To make sure nothing allocated/freed there its better to reserve memory before actually process starts. That mean CreateProcess(..CREATE_SUSPENDED..) and use VirtualQueryEx/VirtualAllocEx to reserve high addresses. Then resume process and tell it somehow where’re that reserved addresses that may actually be used by it.
I’m not sure CREATE_SUSPENDED will work here. During process creation the first thread will be created (suspended), but it’s user mode stack will probably be allocated as part of that. I haven’t tested it, but it seems it must work like that since if it didn’t allocate the stack until the process was resumed, the stack allocation might fail causing process creation to fail after CreateProcess has returned.
Yes, thread’s stack will be there as well as TEB, PEB, RTL_USER_PROCESS_PARAMETERS and some stuff related to SXS and compatibility layer.
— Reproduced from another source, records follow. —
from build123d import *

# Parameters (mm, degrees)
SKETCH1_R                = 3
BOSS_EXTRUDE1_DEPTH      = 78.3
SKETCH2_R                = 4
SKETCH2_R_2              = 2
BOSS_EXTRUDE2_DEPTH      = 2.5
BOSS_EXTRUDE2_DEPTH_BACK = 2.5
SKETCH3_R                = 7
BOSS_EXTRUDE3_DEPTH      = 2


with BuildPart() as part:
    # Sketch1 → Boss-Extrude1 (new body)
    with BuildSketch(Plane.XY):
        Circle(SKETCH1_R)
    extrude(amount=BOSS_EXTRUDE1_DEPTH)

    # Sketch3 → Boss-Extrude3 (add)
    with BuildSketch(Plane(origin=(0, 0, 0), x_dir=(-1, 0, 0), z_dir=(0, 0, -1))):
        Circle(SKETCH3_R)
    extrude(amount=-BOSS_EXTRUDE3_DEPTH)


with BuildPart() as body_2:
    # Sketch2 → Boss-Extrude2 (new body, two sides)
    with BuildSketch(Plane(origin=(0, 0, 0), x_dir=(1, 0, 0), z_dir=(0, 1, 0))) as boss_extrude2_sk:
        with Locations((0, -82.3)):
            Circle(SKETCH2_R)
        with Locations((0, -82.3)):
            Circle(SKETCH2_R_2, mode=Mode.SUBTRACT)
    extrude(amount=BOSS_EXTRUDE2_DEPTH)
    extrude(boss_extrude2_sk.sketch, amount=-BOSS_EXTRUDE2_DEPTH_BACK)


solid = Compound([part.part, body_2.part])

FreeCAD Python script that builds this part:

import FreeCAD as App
import Part
import Sketcher

doc = App.newDocument("Part")
body = doc.addObject("PartDesign::Body", "Body")

sketch1 = body.newObject("Sketcher::SketchObject", "Sketch")
sketch1.AttachmentSupport = (doc.getObject("XY_Plane"), [""])
sketch1.MapMode = "FlatFace"
sketch1.addGeometry(Part.Circle(App.Vector(0, 0, 0), App.Vector(0, 0, 1), 3), False)
sketch1.addConstraint([
    Sketcher.Constraint("Coincident", 0, 3, -1, 1),
    Sketcher.Constraint("Diameter", 0, 6.0),
])
pad1 = body.newObject("PartDesign::Pad", "Pad")
pad1.Profile = sketch1
pad1.Length = 78.3

sketch2 = body.newObject("Sketcher::SketchObject", "Sketch001")
sketch2.AttachmentSupport = (doc.getObject("XY_Plane"), [""])
sketch2.MapMode = "FlatFace"
sketch2.addGeometry(Part.Circle(App.Vector(0, 0, 0), App.Vector(0, 0, 1), 7), False)
sketch2.addConstraint([
    Sketcher.Constraint("Coincident", 0, 3, -1, 1),
    Sketcher.Constraint("Diameter", 0, 14.0),
])
pad2 = body.newObject("PartDesign::Pad", "Pad001")
pad2.Profile = sketch2
pad2.Length = 2
body2 = doc.addObject("PartDesign::Body", "Body001")

sketch3 = body2.newObject("Sketcher::SketchObject", "Sketch002")
sketch3.AttachmentSupport = (doc.getObject("XZ_Plane001"), [""])
sketch3.MapMode = "FlatFace"
sketch3.addGeometry([
    Part.Circle(App.Vector(0, 82.3, 0), App.Vector(0, 0, 1), 4),
    Part.Circle(App.Vector(0, 82.3, 0), App.Vector(0, 0, 1), 2),
], False)
sketch3.addConstraint([
    Sketcher.Constraint("Coincident", 1, 3, 0, 3),
    Sketcher.Constraint("PointOnObject", 0, 3, -2),
    Sketcher.Constraint("Diameter", 0, 8.0),
    Sketcher.Constraint("Diameter", 1, 4.0),
    Sketcher.Constraint("DistanceY", -1, 1, 0, 3, 82.3),
])
pad3 = body2.newObject("PartDesign::Pad", "Pad002")
pad3.Profile = sketch3
pad3.Type = "TwoLengths"
pad3.Length = 2.5
pad3.Length2 = 2.5
pad3.Reversed = True

doc.recompute()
But assuming its your application and you don’t use such tricks like exiting from main thread and continue to live then (by bypassing CRT’s main epilog that calls ExitProcess) then everything should be fine.
PS: I mentioned VirtualQueryEx due to AFAIR VirtualAlloc(Ex) (MEM_RESERVE) succeeds when trying to reserve already reserved pages, so need to check with VirtualQueryEx to find MEM_FREE to reserve them and only them. And (if you’re paranoic) that logic can be extended so if it will find anything unexpected there (something not from 1st sentence) – then disable ‘risky’ extensions.